# Block of the month



## Caren (Aug 4, 2005)

Has anyone ever did a block of the month quilt. there is one through Keepsake quilting or connecting threads that is all farm scenes. It even has a goat! I would love to do that quilt so bad. I know it would be expensive but I don't drink or smoke and I am not a shopaholic. It comes with the pattern and the fabric.

I don't know if I would ever actually USE the quilt and it would probably be like many other quilts where i just get the top done ad then not totally finish the quilt but it is just so WONDERFUL! It has ever farm animal imaginable in it! But it is $45 a MONTH! I can afford it but should I?


----------



## HorseMom (Jul 31, 2005)

$45 a month seems a bit pricey. the only block of the month I've ever done is the one at JoAnn Fabrics. I don't even know if its a true BOM cause they do 2 tops a year! How big are the blocks?
Heidi


----------



## Billie in MO (Jun 9, 2002)

$45 sounds reasonable to me, especially since it also includes the fabric. Most fabrics in quilt stores are $9.99 a yard. You could count up how many fabrics are in each block and then try an figure an approximate amount of fabric (1/8th, 1/4th, 1/2 yard, etc.) for each one and see what you come up with. I'd almost bet that the cost to buy it separately would be higher.

Ask yourself if you would regret "not" getting the pattern. 

My vote is yes to doing it, since you say you would love to do it. Who knows you may surprise yourself and finish it!!


----------



## Caren (Aug 4, 2005)

I missed out on a quilted rooster bom pattern and have been kicking myself ever since!!!


----------



## Billie in MO (Jun 9, 2002)

Caren said:


> I missed out on a quilted rooster bom pattern and have been kicking myself ever since!!!
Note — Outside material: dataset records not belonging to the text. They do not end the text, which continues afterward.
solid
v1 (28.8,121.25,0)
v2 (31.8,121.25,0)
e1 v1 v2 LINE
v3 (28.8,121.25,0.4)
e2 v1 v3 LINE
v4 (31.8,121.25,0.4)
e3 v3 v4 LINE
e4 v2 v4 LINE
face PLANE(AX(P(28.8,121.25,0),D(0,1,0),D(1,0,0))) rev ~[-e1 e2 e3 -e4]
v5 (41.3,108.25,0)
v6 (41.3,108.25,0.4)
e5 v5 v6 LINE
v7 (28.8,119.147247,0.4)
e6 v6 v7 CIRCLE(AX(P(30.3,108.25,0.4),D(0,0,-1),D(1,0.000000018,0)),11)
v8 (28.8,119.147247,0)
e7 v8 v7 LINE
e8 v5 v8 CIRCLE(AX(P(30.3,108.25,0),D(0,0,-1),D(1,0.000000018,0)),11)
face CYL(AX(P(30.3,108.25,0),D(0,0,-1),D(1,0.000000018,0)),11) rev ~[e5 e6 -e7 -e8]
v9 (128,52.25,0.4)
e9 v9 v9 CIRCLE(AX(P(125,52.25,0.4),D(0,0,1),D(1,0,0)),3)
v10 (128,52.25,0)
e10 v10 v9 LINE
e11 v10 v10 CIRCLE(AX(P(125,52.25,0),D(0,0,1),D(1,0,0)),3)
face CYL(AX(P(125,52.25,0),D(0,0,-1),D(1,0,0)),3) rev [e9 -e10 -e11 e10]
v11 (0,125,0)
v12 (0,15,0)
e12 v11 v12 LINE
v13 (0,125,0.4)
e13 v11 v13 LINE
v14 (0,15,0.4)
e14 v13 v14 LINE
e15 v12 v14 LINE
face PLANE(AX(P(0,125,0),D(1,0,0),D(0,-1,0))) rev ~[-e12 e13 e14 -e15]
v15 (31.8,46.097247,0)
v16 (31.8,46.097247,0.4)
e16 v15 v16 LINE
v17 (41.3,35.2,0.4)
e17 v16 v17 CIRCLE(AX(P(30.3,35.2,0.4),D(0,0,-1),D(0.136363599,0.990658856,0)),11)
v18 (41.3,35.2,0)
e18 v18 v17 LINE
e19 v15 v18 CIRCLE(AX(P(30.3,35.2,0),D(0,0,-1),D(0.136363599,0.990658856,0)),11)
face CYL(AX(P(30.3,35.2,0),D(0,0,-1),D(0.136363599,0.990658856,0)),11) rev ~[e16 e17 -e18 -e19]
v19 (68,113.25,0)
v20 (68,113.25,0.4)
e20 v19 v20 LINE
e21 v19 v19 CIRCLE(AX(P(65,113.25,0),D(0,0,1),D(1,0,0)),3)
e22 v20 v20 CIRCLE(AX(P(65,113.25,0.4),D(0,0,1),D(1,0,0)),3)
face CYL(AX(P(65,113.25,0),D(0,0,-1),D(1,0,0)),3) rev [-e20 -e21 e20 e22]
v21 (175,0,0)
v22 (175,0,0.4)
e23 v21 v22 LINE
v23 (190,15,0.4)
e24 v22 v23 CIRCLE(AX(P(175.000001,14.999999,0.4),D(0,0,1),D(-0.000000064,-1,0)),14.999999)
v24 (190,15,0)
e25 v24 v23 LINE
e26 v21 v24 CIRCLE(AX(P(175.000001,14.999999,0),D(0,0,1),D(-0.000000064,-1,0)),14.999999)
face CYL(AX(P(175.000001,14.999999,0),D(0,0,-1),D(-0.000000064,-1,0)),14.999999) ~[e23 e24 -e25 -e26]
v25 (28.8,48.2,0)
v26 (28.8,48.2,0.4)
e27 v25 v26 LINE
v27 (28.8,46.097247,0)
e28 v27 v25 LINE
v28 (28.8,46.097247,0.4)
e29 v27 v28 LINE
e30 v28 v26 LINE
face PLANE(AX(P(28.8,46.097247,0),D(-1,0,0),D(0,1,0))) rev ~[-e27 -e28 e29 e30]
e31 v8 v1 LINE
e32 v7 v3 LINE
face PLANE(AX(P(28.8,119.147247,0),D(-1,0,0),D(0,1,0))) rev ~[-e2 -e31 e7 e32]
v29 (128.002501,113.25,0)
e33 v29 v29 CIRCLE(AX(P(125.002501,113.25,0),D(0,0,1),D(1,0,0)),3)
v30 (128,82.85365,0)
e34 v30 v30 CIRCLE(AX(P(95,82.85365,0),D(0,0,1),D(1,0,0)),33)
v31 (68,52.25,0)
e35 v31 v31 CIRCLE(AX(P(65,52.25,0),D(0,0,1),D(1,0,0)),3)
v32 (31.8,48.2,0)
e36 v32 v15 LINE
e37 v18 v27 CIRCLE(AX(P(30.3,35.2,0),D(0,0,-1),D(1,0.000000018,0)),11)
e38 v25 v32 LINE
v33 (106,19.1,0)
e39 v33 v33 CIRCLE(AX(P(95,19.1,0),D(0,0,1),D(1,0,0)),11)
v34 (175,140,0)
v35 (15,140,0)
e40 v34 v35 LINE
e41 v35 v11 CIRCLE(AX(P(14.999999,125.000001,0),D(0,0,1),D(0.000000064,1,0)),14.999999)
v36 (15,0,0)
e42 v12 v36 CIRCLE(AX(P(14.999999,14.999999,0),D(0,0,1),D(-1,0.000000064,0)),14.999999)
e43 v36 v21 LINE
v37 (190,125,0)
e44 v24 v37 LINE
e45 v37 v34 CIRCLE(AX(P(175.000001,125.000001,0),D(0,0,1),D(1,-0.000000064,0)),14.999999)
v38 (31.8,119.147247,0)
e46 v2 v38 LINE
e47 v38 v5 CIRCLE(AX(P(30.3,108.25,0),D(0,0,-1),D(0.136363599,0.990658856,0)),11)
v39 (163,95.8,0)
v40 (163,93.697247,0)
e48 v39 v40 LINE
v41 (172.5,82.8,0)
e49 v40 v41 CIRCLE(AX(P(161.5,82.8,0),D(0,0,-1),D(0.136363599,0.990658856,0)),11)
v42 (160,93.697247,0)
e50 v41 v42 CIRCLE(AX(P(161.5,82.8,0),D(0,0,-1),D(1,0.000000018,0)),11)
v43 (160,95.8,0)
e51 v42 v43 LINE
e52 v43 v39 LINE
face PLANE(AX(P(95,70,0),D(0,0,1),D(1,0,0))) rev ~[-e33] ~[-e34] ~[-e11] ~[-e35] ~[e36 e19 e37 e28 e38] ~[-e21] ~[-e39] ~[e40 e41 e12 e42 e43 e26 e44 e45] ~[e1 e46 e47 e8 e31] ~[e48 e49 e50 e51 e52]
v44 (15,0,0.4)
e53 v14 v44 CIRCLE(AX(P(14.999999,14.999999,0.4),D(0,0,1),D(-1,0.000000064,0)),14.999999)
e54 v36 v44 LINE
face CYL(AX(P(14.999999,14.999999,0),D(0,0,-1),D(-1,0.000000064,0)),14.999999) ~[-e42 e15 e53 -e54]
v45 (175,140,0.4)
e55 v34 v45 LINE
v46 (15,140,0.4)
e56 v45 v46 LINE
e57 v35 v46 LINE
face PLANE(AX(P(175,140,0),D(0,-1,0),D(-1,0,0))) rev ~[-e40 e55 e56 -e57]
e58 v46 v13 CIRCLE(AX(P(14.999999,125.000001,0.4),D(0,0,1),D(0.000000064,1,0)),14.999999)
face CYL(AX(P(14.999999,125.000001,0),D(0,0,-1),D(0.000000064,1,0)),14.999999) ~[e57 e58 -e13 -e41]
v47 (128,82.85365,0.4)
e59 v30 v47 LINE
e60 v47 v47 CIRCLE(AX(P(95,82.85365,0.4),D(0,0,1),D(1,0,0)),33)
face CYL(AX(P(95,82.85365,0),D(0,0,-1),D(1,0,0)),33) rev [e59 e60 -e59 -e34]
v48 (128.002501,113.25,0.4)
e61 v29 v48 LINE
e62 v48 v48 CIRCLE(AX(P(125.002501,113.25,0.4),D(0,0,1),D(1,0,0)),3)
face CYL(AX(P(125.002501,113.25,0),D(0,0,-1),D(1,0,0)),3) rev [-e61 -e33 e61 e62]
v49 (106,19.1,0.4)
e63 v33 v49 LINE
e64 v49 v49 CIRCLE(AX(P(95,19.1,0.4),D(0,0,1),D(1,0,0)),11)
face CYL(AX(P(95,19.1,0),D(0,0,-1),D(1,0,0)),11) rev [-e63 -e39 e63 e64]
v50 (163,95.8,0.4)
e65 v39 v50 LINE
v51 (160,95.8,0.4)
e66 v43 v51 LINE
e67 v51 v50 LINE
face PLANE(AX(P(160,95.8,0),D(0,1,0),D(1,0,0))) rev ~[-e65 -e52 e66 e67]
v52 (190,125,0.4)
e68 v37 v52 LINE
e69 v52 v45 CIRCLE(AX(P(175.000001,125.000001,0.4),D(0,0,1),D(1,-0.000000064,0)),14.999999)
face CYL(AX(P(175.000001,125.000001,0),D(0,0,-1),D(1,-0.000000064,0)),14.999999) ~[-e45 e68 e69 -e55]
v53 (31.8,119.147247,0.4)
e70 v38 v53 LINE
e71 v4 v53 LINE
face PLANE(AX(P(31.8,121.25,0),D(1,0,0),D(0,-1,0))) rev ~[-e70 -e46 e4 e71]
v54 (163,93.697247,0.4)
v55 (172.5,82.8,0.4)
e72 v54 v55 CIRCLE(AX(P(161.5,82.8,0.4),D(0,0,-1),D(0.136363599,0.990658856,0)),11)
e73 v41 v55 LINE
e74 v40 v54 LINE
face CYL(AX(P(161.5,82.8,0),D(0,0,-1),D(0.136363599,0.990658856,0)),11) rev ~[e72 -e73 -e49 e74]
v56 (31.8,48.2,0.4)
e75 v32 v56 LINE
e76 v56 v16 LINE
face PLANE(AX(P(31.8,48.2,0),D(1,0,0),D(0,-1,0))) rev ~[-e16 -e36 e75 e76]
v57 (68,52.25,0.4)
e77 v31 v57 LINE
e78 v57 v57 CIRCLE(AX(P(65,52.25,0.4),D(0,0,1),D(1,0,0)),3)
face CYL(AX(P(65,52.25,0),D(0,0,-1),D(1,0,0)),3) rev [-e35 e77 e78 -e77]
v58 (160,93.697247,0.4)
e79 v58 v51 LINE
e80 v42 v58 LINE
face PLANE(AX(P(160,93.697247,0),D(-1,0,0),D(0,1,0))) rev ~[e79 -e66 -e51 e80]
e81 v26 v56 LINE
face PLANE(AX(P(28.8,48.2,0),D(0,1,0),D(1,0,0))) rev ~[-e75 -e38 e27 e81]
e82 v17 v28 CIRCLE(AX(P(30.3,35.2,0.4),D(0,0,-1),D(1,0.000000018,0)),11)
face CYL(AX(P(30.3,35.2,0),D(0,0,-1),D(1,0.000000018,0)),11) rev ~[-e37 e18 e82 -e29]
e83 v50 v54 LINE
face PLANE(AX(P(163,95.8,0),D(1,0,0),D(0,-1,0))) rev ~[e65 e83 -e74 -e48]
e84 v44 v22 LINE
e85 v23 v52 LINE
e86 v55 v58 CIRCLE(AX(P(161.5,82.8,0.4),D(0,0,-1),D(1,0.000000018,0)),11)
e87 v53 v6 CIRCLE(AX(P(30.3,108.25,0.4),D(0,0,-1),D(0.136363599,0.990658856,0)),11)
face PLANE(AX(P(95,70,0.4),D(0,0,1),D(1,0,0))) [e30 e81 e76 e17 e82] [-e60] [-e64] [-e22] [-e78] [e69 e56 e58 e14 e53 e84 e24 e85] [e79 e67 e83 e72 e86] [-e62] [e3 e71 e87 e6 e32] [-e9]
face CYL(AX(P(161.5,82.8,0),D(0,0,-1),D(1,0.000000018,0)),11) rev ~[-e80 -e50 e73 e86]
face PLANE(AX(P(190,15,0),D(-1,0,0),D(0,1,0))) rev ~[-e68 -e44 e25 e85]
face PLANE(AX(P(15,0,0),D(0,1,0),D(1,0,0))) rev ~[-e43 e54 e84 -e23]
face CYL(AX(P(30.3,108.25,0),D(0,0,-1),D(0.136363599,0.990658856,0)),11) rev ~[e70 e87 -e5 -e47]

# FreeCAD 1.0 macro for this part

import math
import FreeCAD as App
import Part
import Sketcher
from FreeCAD import Vector
Q = App.Units.Quantity

doc = App.newDocument("Part")
body = doc.addObject("PartDesign::Body", "Body")

# Sketch on XY plane
sketch1 = body.newObject("Sketcher::SketchObject", "Sketch")
sketch1.AttachmentSupport = (doc.getObject("XY_Plane"), [""])
sketch1.MapMode = "FlatFace"
sketch1.addGeometry([
    Part.ArcOfCircle(Part.Circle(Vector(15, 15, 0), Vector(0, 0, 1), 15), math.radians(180), math.radians(270)),  # 0
    Part.LineSegment(Vector(15, 0, 0), Vector(175, 0, 0)),  # 1
    Part.ArcOfCircle(Part.Circle(Vector(175, 15, 0), Vector(0, 0, 1), 15), math.radians(-90), math.radians(0)),  # 2
    Part.LineSegment(Vector(190, 15, 0), Vector(190, 125, 0)),  # 3
    Part.ArcOfCircle(Part.Circle(Vector(175, 125, 0), Vector(0, 0, 1), 15), math.radians(0), math.radians(90)),  # 4
    Part.LineSegment(Vector(175, 140, 0), Vector(15, 140, 0)),  # 5
    Part.ArcOfCircle(Part.Circle(Vector(15, 125, 0), Vector(0, 0, 1), 15), math.radians(90), math.radians(180)),  # 6
    Part.LineSegment(Vector(0, 125, 0), Vector(0, 15, 0)),  # 7
    Part.LineSegment(Vector(31.8, 48.2, 0), Vector(31.8, 46.1, 0)),  # 8
    Part.ArcOfCircle(Part.Circle(Vector(30.3, 35.2, 0), Vector(0, 0, 1), 11), math.radians(0), math.radians(82)),  # 9
    Part.ArcOfCircle(Part.Circle(Vector(30.3, 35.2, 0), Vector(0, 0, 1), 11), math.radians(98), math.radians(360)),  # 10
    Part.LineSegment(Vector(28.8, 46.1, 0), Vector(28.8, 48.2, 0)),  # 11
    Part.LineSegment(Vector(28.8, 48.2, 0), Vector(31.8, 48.2, 0)),  # 12
    Part.Circle(Vector(95, 19.1, 0), Vector(0, 0, 1), 11),  # 13
    Part.Circle(Vector(65, 52.2, 0), Vector(0, 0, 1), 3),  # 14
    Part.Circle(Vector(125, 52.2, 0), Vector(0, 0, 1), 3),  # 15
    Part.Circle(Vector(95, 82.9, 0), Vector(0, 0, 1), 33),  # 16
    Part.LineSegment(Vector(31.8, 121.2, 0), Vector(31.8, 119.1, 0)),  # 17
    Part.ArcOfCircle(Part.Circle(Vector(30.3, 108.3, 0), Vector(0, 0, 1), 11), math.radians(0), math.radians(82)),  # 18
    Part.ArcOfCircle(Part.Circle(Vector(30.3, 108.2, 0), Vector(0, 0, 1), 11), math.radians(98), math.radians(360)),  # 19
    Part.LineSegment(Vector(28.8, 119.1, 0), Vector(28.8, 121.2, 0)),  # 20
    Part.LineSegment(Vector(28.8, 121.2, 0), Vector(31.8, 121.2, 0)),  # 21
    Part.Circle(Vector(65, 113.2, 0), Vector(0, 0, 1), 3),  # 22
    Part.LineSegment(Vector(163, 95.8, 0), Vector(163, 93.7, 0)),  # 23
    Part.ArcOfCircle(Part.Circle(Vector(161.5, 82.8, 0), Vector(0, 0, 1), 11), math.radians(0), math.radians(82)),  # 24
    Part.ArcOfCircle(Part.Circle(Vector(161.5, 82.8, 0), Vector(0, 0, 1), 11), math.radians(98), math.radians(360)),  # 25
    Part.LineSegment(Vector(160, 93.7, 0), Vector(160, 95.8, 0)),  # 26
    Part.LineSegment(Vector(160, 95.8, 0), Vector(163, 95.8, 0)),  # 27
    Part.Circle(Vector(125, 113.2, 0), Vector(0, 0, 1), 3),  # 28
], False)
sketch1.addConstraint([
    Sketcher.Constraint("Tangent", 0, 2, 1, 1),
    Sketcher.Constraint("Tangent", 1, 2, 2, 1),
    Sketcher.Constraint("Tangent", 2, 2, 3, 1),
    Sketcher.Constraint("Tangent", 3, 2, 4, 1),
    Sketcher.Constraint("Tangent", 4, 2, 5, 1),
    Sketcher.Constraint("Tangent", 5, 2, 6, 1),
    Sketcher.Constraint("Tangent", 6, 2, 7, 1),
    Sketcher.Constraint("Tangent", 7, 2, 0, 1),
    Sketcher.Constraint("Coincident", 8, 2, 9, 2),
    Sketcher.Constraint("Tangent", 9, 1, 10, 2),
    Sketcher.Constraint("Coincident", 10, 1, 11, 1),
    Sketcher.Constraint("Coincident", 11, 2, 12, 1),
    Sketcher.Constraint("Coincident", 12, 2, 8, 1),
    Sketcher.Constraint("Coincident", 17, 2, 18, 2),
    Sketcher.Constraint("Tangent", 18, 1, 19, 2),
    Sketcher.Constraint("Coincident", 19, 1, 20, 1),
    Sketcher.Constraint("Coincident", 20, 2, 21, 1),
    Sketcher.Constraint("Coincident", 21, 2, 17, 1),
    Sketcher.Constraint("Coincident", 23, 2, 24, 2),
    Sketcher.Constraint("Tangent", 24, 1, 25, 2),
    Sketcher.Constraint("Coincident", 25, 1, 26, 1),
    Sketcher.Constraint("Coincident", 26, 2, 27, 1),
    Sketcher.Constraint("Coincident", 27, 2, 23, 1),
    Sketcher.Constraint("Horizontal", 1),
    Sketcher.Constraint("Vertical", 3),
    Sketcher.Constraint("Horizontal", 5),
    Sketcher.Constraint("Vertical", 7),
    Sketcher.Constraint("Vertical", 8),
    Sketcher.Constraint("Vertical", 11),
There you go!! You have your answer!! See how easy that was???!!!


----------



## AngieM2 (May 10, 2002)

Do IT! Then show us when you finish a block and we will Oooooo and AHHHHHHH and tell you to finish it as you're terriffic!


----------



## jesuisdiana (May 24, 2004)

I did one of the Joann's bom's and now use it as a dining room tablecloth, I bought extra kits thinking I'd make pillow shams till I realized it would not finish bed size, anyway used the extra kits to make 4 matching chair pads for the chairs.
Diana


----------



## HorseMom (Jul 31, 2005)

The one I did at joanns had pre cut pieces included in each kit and each kit was nowhere near $45.

Id say if your bummed about the rooster you better not miss the next block ;-) Is there a way you can still buy the rooster? I did the same with the one from joanns waited too long then started to kick myself for not doing it. I had to drive all over the state plus use ebay to gey all 12 blocks plus the setting kit! You said yours is on the internet so I didn't know if you can track down a rooster. I hope you can!
Heidi


----------



## Caren (Aug 4, 2005)

I have been looking for the rooster! Trust me.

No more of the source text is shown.